Rather than repeatedly concatenating lists to an array, collect the values in a list, and build the array just once.  It is faster, and less prone to errors:
In [514]: test
Out[514]: 
{'file1': {'subfile1': [1, 2, 3], 'subfile2': [10, 11, 12]},
 'file2': {'subfile1': [4, 78, 6]},
 'file3': {'subfile1': [7, 8, 9]},
 'file5': {'subfile1': [4, 678, 6]}}
In [515]: data=[test[f]['subfile1'] for f in test]
In [516]: data
Out[516]: [[1, 2, 3], [4, 78, 6], [7, 8, 9], [4, 678, 6]]
In [517]: np.array(data)
Out[517]: 
array([[  1,   2,   3],
       [  4,  78,   6],
       [  7,   8,   9],
       [  4, 678,   6]])
If you must, build the list iteratively:
In [518]: data=[]
In [519]: for f in test.keys():
     ...:     data.append(test[f]['subfile1'])

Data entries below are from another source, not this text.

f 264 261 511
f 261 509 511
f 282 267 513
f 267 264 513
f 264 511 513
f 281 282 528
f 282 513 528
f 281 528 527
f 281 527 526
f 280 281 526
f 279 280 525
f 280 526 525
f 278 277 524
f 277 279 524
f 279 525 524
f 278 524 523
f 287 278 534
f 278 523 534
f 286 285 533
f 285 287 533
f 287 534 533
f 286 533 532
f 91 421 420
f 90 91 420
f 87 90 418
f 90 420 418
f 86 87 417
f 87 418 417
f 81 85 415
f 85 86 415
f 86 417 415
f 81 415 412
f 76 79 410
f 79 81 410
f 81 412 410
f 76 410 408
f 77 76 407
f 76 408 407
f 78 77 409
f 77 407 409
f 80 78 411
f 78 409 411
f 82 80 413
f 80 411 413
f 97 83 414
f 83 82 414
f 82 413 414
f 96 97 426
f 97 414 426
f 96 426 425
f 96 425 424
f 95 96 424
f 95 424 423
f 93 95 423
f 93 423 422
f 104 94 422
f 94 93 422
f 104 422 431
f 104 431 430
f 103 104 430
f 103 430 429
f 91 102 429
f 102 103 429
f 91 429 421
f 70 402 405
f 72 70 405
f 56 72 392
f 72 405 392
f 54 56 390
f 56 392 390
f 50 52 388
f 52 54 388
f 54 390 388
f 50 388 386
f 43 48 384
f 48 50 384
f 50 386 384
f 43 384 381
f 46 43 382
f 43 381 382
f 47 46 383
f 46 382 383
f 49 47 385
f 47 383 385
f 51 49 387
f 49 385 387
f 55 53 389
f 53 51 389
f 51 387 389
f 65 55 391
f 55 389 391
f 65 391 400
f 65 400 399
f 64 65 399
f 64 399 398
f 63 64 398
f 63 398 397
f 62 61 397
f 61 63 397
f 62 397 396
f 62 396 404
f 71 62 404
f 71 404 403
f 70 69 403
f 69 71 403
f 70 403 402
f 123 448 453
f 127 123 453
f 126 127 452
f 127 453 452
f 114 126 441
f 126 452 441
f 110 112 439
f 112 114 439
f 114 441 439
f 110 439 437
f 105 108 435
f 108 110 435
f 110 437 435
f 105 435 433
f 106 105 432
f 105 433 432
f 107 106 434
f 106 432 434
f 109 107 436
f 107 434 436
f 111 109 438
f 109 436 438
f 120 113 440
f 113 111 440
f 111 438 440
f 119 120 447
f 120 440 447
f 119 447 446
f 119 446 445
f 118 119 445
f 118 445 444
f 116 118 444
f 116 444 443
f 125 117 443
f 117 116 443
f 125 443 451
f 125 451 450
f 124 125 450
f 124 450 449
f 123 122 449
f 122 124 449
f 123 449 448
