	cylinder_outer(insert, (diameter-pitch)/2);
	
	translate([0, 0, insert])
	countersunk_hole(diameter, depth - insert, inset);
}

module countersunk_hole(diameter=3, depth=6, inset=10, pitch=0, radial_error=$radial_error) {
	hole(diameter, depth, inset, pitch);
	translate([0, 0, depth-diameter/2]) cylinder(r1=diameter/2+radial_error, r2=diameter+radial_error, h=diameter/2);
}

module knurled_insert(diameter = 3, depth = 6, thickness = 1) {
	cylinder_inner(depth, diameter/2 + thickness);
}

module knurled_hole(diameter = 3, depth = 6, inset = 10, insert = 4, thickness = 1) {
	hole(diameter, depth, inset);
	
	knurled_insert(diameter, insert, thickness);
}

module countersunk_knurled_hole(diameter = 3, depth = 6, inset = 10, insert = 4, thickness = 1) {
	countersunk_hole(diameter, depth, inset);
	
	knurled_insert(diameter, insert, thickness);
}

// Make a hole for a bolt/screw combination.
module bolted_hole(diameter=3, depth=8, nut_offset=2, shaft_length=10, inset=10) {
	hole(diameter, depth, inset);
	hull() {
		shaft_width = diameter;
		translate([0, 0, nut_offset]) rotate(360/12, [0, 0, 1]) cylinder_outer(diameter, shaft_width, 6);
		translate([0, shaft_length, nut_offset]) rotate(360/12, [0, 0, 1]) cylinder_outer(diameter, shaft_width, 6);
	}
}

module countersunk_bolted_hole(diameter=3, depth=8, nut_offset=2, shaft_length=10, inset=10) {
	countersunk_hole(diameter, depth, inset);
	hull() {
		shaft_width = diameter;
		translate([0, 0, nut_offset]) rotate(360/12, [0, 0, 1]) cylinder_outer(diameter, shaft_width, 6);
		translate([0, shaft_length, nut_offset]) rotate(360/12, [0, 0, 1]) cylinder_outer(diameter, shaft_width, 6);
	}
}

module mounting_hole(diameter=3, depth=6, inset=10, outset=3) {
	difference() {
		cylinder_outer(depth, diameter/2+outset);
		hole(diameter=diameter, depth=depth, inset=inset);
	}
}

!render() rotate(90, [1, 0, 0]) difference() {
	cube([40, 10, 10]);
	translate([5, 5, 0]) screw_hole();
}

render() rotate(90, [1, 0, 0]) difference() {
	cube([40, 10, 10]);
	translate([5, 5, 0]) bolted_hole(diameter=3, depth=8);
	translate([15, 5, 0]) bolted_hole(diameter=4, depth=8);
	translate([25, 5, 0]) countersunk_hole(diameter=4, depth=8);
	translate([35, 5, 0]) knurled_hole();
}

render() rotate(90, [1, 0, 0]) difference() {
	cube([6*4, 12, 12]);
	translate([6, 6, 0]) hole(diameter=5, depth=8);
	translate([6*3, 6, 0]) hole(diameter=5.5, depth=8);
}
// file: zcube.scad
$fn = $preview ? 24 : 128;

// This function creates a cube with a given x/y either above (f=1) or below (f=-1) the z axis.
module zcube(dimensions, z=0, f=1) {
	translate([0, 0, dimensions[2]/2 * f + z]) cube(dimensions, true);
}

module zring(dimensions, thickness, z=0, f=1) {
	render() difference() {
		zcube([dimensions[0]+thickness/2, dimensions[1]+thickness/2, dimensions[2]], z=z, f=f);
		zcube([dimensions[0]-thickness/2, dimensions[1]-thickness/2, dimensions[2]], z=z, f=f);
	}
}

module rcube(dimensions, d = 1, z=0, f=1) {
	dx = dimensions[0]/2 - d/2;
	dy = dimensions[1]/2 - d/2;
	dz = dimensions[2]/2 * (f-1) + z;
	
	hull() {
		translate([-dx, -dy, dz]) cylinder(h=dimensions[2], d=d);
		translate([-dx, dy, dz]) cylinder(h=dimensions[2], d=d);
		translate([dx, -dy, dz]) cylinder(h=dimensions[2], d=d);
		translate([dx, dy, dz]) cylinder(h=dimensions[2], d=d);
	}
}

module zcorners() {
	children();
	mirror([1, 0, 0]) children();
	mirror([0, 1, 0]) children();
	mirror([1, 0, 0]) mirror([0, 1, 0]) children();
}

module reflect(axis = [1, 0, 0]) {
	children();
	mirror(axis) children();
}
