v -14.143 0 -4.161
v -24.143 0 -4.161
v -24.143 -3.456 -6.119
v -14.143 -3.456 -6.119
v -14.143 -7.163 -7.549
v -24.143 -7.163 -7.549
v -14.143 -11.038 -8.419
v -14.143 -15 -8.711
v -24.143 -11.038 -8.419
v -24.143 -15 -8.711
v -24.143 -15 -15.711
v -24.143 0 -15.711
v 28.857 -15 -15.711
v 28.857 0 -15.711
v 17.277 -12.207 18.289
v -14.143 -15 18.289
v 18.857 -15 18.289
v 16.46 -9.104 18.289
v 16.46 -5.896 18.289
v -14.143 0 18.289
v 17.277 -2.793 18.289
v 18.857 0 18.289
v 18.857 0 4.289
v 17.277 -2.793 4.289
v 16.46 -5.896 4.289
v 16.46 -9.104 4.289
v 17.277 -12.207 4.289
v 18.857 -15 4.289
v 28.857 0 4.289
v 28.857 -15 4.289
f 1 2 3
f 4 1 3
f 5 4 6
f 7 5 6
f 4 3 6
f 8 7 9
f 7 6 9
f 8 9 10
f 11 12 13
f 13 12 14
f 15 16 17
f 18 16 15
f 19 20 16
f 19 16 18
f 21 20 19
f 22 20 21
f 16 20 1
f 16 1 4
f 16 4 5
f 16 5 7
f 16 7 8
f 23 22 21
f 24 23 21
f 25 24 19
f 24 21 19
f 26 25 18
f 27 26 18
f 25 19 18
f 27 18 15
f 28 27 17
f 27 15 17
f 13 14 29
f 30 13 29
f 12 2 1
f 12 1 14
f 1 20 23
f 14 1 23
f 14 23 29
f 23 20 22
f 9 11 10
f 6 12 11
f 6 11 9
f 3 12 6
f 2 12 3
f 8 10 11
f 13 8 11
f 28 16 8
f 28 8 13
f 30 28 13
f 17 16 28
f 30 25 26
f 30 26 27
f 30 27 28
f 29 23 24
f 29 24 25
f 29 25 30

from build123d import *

# Parameters (mm, degrees)
F0_W     = 53
F0_H     = 34
F1_DEPTH = 15
F2_R     = 27
F3_DEPTH = 10
F5_DEPTH = 14


with BuildPart() as f1:
    # F0 (on Front) → F1 (new body)
    with BuildSketch(Plane.XZ):
        with Locations((2.3567589563, 1.288594678)):
            Rectangle(F0_W, F0_H)
    extrude(amount=F1_DEPTH)

    # F2 (on face) → F3 (cut)
    with BuildSketch(Plane(origin=(-24.1432410437, 0, 0), x_dir=(0, -1, 0), z_dir=(-1, 0, 0))):
        with Locations((15, 18.288594678)):
            Circle(F2_R)
    extrude(amount=-F3_DEPTH, mode=Mode.SUBTRACT)

    # F4 (on face) → F5 (cut)
    with BuildSketch(Plane.XY.offset(18.288594678)):
        with BuildLine():
            Line((28.8567589563, 0), (18.8567589563, 0))
            ThreePointArc((18.8567589563, 0), (16.3567589563, -7.5), (18.8567589563, -15))
            Line((18.8567589563, -15), (28.8567589563, -15))
            Line((28.8567589563, -15), (28.8567589563, 0))
        make_face()
    extrude(amount=-F5_DEPTH, mode=Mode.SUBTRACT)


solid = f1.part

You could concatenate at each step:
In [521]: testarray=np.array([50,60,70])
In [522]: for file in test.keys():
     ...:     testarray = np.concatenate((testarray, test[file]['subfile1']))
     ...:     
In [523]: testarray
Out[523]: 
array([ 50,  60,  70,   1,   2,   3,   4,  78,   6,   7,   8,   9,   4,  678,   6])
Notice this puts all values in one 1d array, as opposed to a 2d array that the previous methods did. We can vstack to go 2d (it too uses concatenate).
In [525]: testarray=np.array([50,60,70])
In [526]: for file in test.keys():
     ...:     testarray = np.vstack((testarray, test[file]['subfile1']))
     ...:     
     ...:     
In [527]: testarray
Out[527]: 
array([[ 50,  60,  70],
       [  1,   2,   3],
       [  4,  78,   6],
       [  7,   8,   9],
       [  4, 678,   6]])
I could also write this with append, but I'd rather not.  Too  many posters misuse it.